Chronique désenchantée de ses années passées dans la capitale allemande, Christopher Isherwood fait, à travers une série de personnages fictifs inspirés de rencontres réelles, le portrait d’un pays aux prises avec le national-socialisme et raconte la descente aux enfers d’une ville qui était jusque-là synonyme de liberté d’esprit et de mœurs.
Paru en 1939, traduit pour la première fois en français en 1946, Adieu à Berlin passa dès 1951 des rayons des librairies à la scène, date à laquelle John Van Druten en tira une pièce de théâtre intitulée I Am A Camera. S’ensuivirent un film adapté de la pièce de théâtre en 1955, une comédie musicale (Cabaret) en 1966 et un film adapté de la comédie musicale en 1972.
Adieu à Berlin peut se lire comme un roman autobiographique ou un recueil de nouvelles (ce qu’il était à la base) : Journal à Berlin (automne 1930), Sally Bowles, Ile de Ruegen (été 1931), Les Nowak, Les Landauer, Journal à Berlin (hiver 1932-1933). Sally Bowles est la partie la plus connue et discutée (et celle qui aura inspiré la comédie musicale) mais la plus marquante est sans conteste la dernière, qui revient sur les évènements de 1932-1933 : la montée en puissance du nazisme, le boycott des magasins juifs, les lynchages, etc.

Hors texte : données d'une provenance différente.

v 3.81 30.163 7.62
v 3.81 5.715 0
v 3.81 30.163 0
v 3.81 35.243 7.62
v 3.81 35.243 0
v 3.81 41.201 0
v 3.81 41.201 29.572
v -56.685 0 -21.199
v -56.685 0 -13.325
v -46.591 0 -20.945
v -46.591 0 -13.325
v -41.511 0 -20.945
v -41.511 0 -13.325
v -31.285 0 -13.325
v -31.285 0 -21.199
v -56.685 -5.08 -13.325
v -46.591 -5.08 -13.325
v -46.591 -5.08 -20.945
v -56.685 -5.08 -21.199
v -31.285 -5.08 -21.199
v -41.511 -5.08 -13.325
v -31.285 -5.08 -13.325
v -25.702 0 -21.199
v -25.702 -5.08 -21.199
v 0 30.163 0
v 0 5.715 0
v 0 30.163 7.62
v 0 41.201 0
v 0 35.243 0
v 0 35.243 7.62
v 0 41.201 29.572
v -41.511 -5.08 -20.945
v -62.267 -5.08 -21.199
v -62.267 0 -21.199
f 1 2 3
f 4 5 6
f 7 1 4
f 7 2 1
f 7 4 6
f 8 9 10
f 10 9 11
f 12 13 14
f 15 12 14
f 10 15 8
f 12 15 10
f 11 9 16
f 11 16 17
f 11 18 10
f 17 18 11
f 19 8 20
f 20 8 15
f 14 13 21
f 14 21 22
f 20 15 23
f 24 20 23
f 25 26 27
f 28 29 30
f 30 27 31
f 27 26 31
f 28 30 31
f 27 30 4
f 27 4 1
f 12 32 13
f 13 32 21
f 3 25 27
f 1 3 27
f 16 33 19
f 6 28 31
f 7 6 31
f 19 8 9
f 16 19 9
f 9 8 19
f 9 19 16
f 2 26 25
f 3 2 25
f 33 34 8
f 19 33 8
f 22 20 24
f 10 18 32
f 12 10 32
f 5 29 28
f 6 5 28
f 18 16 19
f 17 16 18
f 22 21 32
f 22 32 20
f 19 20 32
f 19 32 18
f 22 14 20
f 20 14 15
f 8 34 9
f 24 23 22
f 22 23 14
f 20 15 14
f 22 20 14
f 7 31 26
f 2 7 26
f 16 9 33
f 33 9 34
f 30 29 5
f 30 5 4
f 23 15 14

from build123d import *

# Parameters (mm, degrees)
F1_DEPTH = 3.81
F2_W     = 5.08
F2_H     = 7.62
F3_DEPTH = 25.4
F6_DEPTH = 5.08
F5_W     = 25.4
F5_H     = 7.874
F7_W     = 5.08
F7_H     = 7.62
F8_DEPTH = 25.4


with BuildPart() as f1:
    # F0 (on Right) → F1 (new body)
    with BuildSketch(Plane.YZ):
        Polygon((41.2011630833, 0), (41.2011630833, 29.5718032867), (5.7149999775, 0), align=None)
    extrude(amount=F1_DEPTH)

    # F2 (on face) → F3 (cut)
    with BuildSketch(Plane(origin=(0, 0, 0), x_dir=(0, -1, 0), z_dir=(-1, 0, 0))):
        with Locations((-32.703421793, 3.81)):
            Rectangle(F2_W, F2_H)
    extrude(amount=-F3_DEPTH, mode=Mode.SUBTRACT)


with BuildPart() as f6:
    # F4 (on Front) → F6 (new body)
    with BuildSketch(Plane.XZ):
        Polygon((-56.6846917487, -21.1986619979), (-56.6846917487, -13.3246619979), (-62.2669160366, -21.1986619979), align=None)
    extrude(amount=F6_DEPTH)


with BuildPart() as f6b:
    # F4 (on Front) → F6, piece 2 (new body)
    with BuildSketch(Plane.XZ):
        Polygon((-25.7024674609, -21.1986619979), (-31.2846917487, -13.3246619979), (-31.2846917487, -21.1986619979), align=None)
    extrude(amount=F6_DEPTH)


with BuildPart() as f6c:
    # F5 (on face) → F6, piece 3 (new body)
    with BuildSketch(Plane.XZ):
        with Locations((-43.9846917487, -17.2616619979)):
            Rectangle(F5_W, F5_H)
    extrude(amount=F6_DEPTH)

    # F7 (on face) → F8 (cut)
    with BuildSketch(Plane.XZ.offset(5.08)):
        with Locations((-44.0506187892, -17.1346619979)):
            Rectangle(F7_W, F7_H)
    extrude(amount=-F8_DEPTH, mode=Mode.SUBTRACT)


solid = Compound([f1.part, f6.part, f6b.part, f6c.part])
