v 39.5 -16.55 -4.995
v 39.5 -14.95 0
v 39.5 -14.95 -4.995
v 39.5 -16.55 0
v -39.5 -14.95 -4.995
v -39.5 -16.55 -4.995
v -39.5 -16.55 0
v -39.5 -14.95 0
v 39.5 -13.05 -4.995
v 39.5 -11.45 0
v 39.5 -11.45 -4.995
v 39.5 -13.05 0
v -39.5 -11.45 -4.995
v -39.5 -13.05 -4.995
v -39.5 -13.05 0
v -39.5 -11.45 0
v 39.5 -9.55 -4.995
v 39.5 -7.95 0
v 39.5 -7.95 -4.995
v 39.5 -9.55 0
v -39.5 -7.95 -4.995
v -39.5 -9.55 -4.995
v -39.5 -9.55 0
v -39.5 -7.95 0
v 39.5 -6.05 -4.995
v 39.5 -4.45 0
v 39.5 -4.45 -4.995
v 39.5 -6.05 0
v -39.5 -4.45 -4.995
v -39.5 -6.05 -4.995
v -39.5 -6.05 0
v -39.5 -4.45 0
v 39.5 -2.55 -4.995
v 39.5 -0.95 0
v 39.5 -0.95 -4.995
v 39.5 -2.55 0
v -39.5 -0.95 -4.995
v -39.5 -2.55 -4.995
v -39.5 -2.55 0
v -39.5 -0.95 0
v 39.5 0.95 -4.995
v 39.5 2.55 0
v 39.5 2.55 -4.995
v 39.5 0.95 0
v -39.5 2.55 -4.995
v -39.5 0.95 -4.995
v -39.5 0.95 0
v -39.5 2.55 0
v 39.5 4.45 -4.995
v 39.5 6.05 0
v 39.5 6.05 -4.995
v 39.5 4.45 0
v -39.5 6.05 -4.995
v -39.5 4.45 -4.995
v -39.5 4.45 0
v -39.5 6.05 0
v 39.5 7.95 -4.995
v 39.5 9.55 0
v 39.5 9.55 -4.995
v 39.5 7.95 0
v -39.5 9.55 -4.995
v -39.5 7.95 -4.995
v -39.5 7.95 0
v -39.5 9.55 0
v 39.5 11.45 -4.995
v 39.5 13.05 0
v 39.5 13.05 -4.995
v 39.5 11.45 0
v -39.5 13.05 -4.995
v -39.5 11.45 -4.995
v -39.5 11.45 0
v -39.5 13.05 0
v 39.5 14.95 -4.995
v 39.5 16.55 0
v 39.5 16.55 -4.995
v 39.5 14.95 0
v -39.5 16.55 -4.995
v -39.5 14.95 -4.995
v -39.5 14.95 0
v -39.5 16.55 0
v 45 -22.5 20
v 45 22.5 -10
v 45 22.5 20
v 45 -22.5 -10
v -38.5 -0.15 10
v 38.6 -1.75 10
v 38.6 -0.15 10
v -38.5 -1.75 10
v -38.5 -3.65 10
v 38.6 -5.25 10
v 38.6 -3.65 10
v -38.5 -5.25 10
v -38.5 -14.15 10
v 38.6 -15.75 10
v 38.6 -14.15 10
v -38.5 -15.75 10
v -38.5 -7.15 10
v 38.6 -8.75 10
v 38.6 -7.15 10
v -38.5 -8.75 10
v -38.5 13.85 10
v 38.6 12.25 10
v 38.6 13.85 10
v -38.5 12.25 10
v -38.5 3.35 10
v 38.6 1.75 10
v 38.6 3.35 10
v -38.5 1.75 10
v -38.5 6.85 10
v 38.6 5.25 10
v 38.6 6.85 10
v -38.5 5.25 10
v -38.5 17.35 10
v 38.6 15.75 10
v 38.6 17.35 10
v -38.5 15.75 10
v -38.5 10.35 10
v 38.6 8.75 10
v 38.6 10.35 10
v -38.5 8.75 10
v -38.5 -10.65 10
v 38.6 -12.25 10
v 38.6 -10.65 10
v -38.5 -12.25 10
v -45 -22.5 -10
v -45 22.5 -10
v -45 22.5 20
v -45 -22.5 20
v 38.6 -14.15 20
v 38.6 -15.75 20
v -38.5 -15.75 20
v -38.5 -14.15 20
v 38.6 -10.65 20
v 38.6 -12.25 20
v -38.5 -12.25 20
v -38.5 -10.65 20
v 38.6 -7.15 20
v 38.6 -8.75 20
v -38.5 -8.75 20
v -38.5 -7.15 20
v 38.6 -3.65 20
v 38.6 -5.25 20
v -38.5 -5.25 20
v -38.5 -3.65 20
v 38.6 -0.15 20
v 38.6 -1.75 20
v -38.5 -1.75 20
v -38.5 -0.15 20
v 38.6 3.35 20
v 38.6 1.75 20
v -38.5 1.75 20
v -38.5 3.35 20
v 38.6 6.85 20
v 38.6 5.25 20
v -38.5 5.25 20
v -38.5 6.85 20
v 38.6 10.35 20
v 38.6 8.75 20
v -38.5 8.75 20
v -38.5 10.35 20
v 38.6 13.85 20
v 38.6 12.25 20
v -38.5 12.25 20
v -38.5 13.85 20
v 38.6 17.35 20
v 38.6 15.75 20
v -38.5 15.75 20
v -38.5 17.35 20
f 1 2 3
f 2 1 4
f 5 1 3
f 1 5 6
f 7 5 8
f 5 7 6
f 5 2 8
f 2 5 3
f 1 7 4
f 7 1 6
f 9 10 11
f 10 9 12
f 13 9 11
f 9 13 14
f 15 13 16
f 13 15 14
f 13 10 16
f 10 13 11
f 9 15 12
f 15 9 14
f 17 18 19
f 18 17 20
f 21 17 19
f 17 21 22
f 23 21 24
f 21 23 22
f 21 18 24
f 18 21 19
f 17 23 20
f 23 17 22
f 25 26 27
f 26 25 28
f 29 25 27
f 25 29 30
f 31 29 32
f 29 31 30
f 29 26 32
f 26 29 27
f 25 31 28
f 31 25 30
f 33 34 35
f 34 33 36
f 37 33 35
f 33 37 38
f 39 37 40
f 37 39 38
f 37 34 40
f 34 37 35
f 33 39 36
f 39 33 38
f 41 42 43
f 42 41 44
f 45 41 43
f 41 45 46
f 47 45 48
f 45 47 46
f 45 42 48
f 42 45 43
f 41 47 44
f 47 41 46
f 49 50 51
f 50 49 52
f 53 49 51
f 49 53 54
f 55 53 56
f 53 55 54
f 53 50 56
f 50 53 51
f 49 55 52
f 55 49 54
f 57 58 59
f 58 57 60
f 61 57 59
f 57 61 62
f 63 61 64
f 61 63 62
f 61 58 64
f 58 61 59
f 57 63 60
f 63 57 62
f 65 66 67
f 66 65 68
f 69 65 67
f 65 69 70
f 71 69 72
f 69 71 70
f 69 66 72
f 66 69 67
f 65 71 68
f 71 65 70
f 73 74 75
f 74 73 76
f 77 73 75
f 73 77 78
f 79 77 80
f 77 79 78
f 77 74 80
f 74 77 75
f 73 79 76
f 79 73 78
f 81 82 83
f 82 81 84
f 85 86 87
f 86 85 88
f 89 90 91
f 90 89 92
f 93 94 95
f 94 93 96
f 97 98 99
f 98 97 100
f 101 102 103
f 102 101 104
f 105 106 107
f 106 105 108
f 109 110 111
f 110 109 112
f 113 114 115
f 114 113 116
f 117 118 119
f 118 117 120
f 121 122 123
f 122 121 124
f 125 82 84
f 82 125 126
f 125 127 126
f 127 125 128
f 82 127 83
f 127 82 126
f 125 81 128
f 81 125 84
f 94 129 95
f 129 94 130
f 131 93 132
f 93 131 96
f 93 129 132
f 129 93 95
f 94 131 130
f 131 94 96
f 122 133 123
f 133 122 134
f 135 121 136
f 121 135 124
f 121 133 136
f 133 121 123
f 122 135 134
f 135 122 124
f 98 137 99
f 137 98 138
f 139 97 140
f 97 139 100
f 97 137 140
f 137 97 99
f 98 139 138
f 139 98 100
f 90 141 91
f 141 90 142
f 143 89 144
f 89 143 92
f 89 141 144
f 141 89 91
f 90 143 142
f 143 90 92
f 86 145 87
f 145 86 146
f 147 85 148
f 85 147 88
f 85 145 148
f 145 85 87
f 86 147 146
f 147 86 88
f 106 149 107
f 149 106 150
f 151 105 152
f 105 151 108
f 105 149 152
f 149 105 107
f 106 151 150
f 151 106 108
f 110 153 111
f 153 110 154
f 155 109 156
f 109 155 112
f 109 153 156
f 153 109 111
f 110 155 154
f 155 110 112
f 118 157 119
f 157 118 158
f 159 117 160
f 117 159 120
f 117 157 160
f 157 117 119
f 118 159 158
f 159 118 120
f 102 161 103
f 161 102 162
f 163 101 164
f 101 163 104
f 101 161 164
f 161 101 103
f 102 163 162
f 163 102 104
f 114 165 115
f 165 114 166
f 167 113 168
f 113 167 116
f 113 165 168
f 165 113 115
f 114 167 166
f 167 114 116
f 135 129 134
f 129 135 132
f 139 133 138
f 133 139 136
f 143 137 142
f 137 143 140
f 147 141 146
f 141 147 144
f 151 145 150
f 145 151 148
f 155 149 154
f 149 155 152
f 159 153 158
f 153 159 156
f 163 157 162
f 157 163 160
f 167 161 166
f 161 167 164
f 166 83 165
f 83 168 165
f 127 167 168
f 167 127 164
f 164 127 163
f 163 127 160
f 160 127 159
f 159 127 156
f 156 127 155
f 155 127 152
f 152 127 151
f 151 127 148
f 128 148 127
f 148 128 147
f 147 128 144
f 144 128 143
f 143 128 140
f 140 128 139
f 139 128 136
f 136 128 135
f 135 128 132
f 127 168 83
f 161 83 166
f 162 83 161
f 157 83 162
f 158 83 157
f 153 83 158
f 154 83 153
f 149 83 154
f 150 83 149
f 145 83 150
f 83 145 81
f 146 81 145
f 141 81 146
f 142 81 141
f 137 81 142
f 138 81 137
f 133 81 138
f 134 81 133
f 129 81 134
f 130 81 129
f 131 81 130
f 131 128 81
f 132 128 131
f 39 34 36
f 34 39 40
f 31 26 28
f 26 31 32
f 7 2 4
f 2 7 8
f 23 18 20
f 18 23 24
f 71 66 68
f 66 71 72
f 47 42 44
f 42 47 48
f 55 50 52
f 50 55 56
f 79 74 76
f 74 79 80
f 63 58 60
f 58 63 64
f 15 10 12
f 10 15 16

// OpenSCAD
// Microscope Slide Drying Rack
// Designed for 10 slides (75x25x1mm) standing on long edge

// --- Dimensions ---
block_length = 90.0;      // X dimension of the base block
block_width = 45.0;       // Y dimension of the base block
block_height = 20.0;      // Z dimension of the base block

slot_length = 77.0;       // X dimension of the slots
slot_width = 1.6;         // Y dimension of the slots
slot_depth = 10.0;        // Z depth of the slots

slot_spacing = 3.5;       // Y center-to-center distance between slots
num_slots = 10;           // Number of slots

// --- Resolution ---
$fn = 64;

// --- Implementation ---

// The base block
difference() {
    // Main block body
    cube([block_length, block_width, block_height], center = true);

    // Create the slots
    // We calculate the starting Y position to center the group of slots
    // Total span of centers = (num_slots - 1) * spacing
    // We subtract half the slot width to find the edge of the first slot
    translate([0, -(num_slots - 1) * slot_spacing / 2, block_height / 2 - slot_depth + 0.01]) {
        for (i = [0 : num_slots - 1]) {
            translate([0, i * slot_spacing, 0]) {
                // Each slot is a cube. 
                // We extend the length slightly in X to ensure a clean cut through the block
                cube([slot_length + 2, slot_width, slot_depth + 0.01], center = true);
            }
        }
    }
}

// Note: The block is centered on the origin. 
// The base of the block is at Z = -block_height/2.
// To make the base sit at Z = 0 as requested:
translate([0, 0, block_height / 2]) {
    // This is a trick to shift the whole object so the bottom face is at Z=0
    // However, the prompt says "rests on the XY plane at z = 0".
    // I will wrap the whole logic in a translation to ensure Z=0 is the bottom.
}

// Corrected assembly to ensure Z=0 is the bottom face
// (Re-writing the logic to be absolute)

module rack_geometry() {
    difference() {
        // Base block
        cube([block_length, block_width, block_height]);

        // Slots
        // Calculate Y offset to center the group of slots
        // The center of the group is at block_width / 2
        // The distance from center of first slot to center of last slot is (num_slots-1)*slot_spacing
        let(total_slot_span = (num_slots - 1) * slot_spacing)
        translate([(block_length - slot_length) / 2, (block_width - total_slot_span) / 2, block_height - slot_depth]) {
            for (i = [0 : num_slots - 1]) {
                translate([0, i * slot_spacing, 0]) {
                    // We use a slightly larger length and width to ensure clean cuts
                    cube([slot_length + 0.1, slot_width, slot_depth + 0.1]);
                }
            }
        }
    }
}

// Final Rendered Object
// Positioned so the bottom face is at Z=0
translate([0, 0, 0]) {
    // Center the block on X and Y
    translate([-block_length/2, -block_width/2, 0]) {
        rack_geometry();
    }
}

Ce n’est pas la peine de tenter des explications ou de parler politique. La voici déjà en train de s’adapter, comme elle s’adaptera à n’importe quel nouveau régime. (…) Des milliers de gens pareils à Frl. Schroeder sont en voie d’acclimatation. Après tout, quel que soit le régime au pouvoir, ils sont bien obligés de vivre dans cette ville. – p.279
Avec un art maitrisé de l’allusion et de l’ellipse, Christopher Isherwood évoque indirectement et sans emphase la tempête nazie qui menace. Il observe plus qu’il ne critique, ses opinions personnelles sont plus sous-entendues que réellement énoncées. Il ne s’implique en rien et est tellement en retrait qu’on en viendrait presque à le trouver antipathique. Mais ce recul est volontaire et assumé : “[il est] une caméra braquée, absolument passive, qui enregistre et ne pense pas.” Christopher Isherwood a choisi de ne porter de jugement d’aucune sorte, il laisse au lecteur le soin de se faire son propre avis sur les actes de chacun.
Je suis une caméra braquée, absolument passive, qui enregistre et ne pense pas. Qui enregistre l’homme en train de se raser à la fenêtre d’en face et la femme en kimono qui se lave les cheveux. Un jour, il faudra développer tout cela, l’imprimer avec soin, le fixer. – p.13
Malgré le sujet sérieux, Christopher décrit avec humour et ironie la vie dans le Berlin des années 30, ses cabarets, ses bars mal famés, la montée de l’antisémitisme. Lui qui traversa la Manche pour vivre librement son homosexualité et profiter d’un Berlin frivole devint le témoin muet d’événements qui auront à jamais changé le monde, des événements si atroces que “même à présent [il] ne parvient pas à croire que rien de tout cela ait vraiment existé”.
“Vous êtes en train de préparer la guerre” (…)
“C’est absolument faux. Le Führer ne veut pas la guerre. Notre programme, c’est la paix, dans l’honneur. Cependant, ajoute-t-il avec une lueur nostalgique dans l’expression, la guerre, cela peut être quelque chose de beau, vous savez ! Pensez aux Grecs de l’Antiquité !”
Je rétorque :
“Les Grecs de l’Antiquité ne se servaient pas de gaz asphyxiants”. – p.134
Adieu à Berlin – Christopher Isherwood | Grasset
Adieu à Berlin, d’où a été tiré le célèbre film Cabaret, est le chef-d’œuvre de Christopher Isherwood, un des plus grands écrivains anglo-saxons du XXe siècle. Dans le Berlin de l’entre-deux-guerres, capitale de toutes les avant-gardes et de toutes les audaces, un jeune Anglais loue une chambre chez l’envahissante et sympathique Fräulein Schroeder. Il y fait la connaissance de Sally Bowles, jeune chanteuse de cabaret convaincue qu’elle deviendra une star. Et voici la vie de bohème, sortir tous les soirs, escroquer des riches, fréquenter une héritière et aimer un couple de garçons qui se déchire. Chronique de la fin d’un monde, des derniers jours de plaisir et des premiers jours du nazisme. Quand l’enfer rencontre le paradis.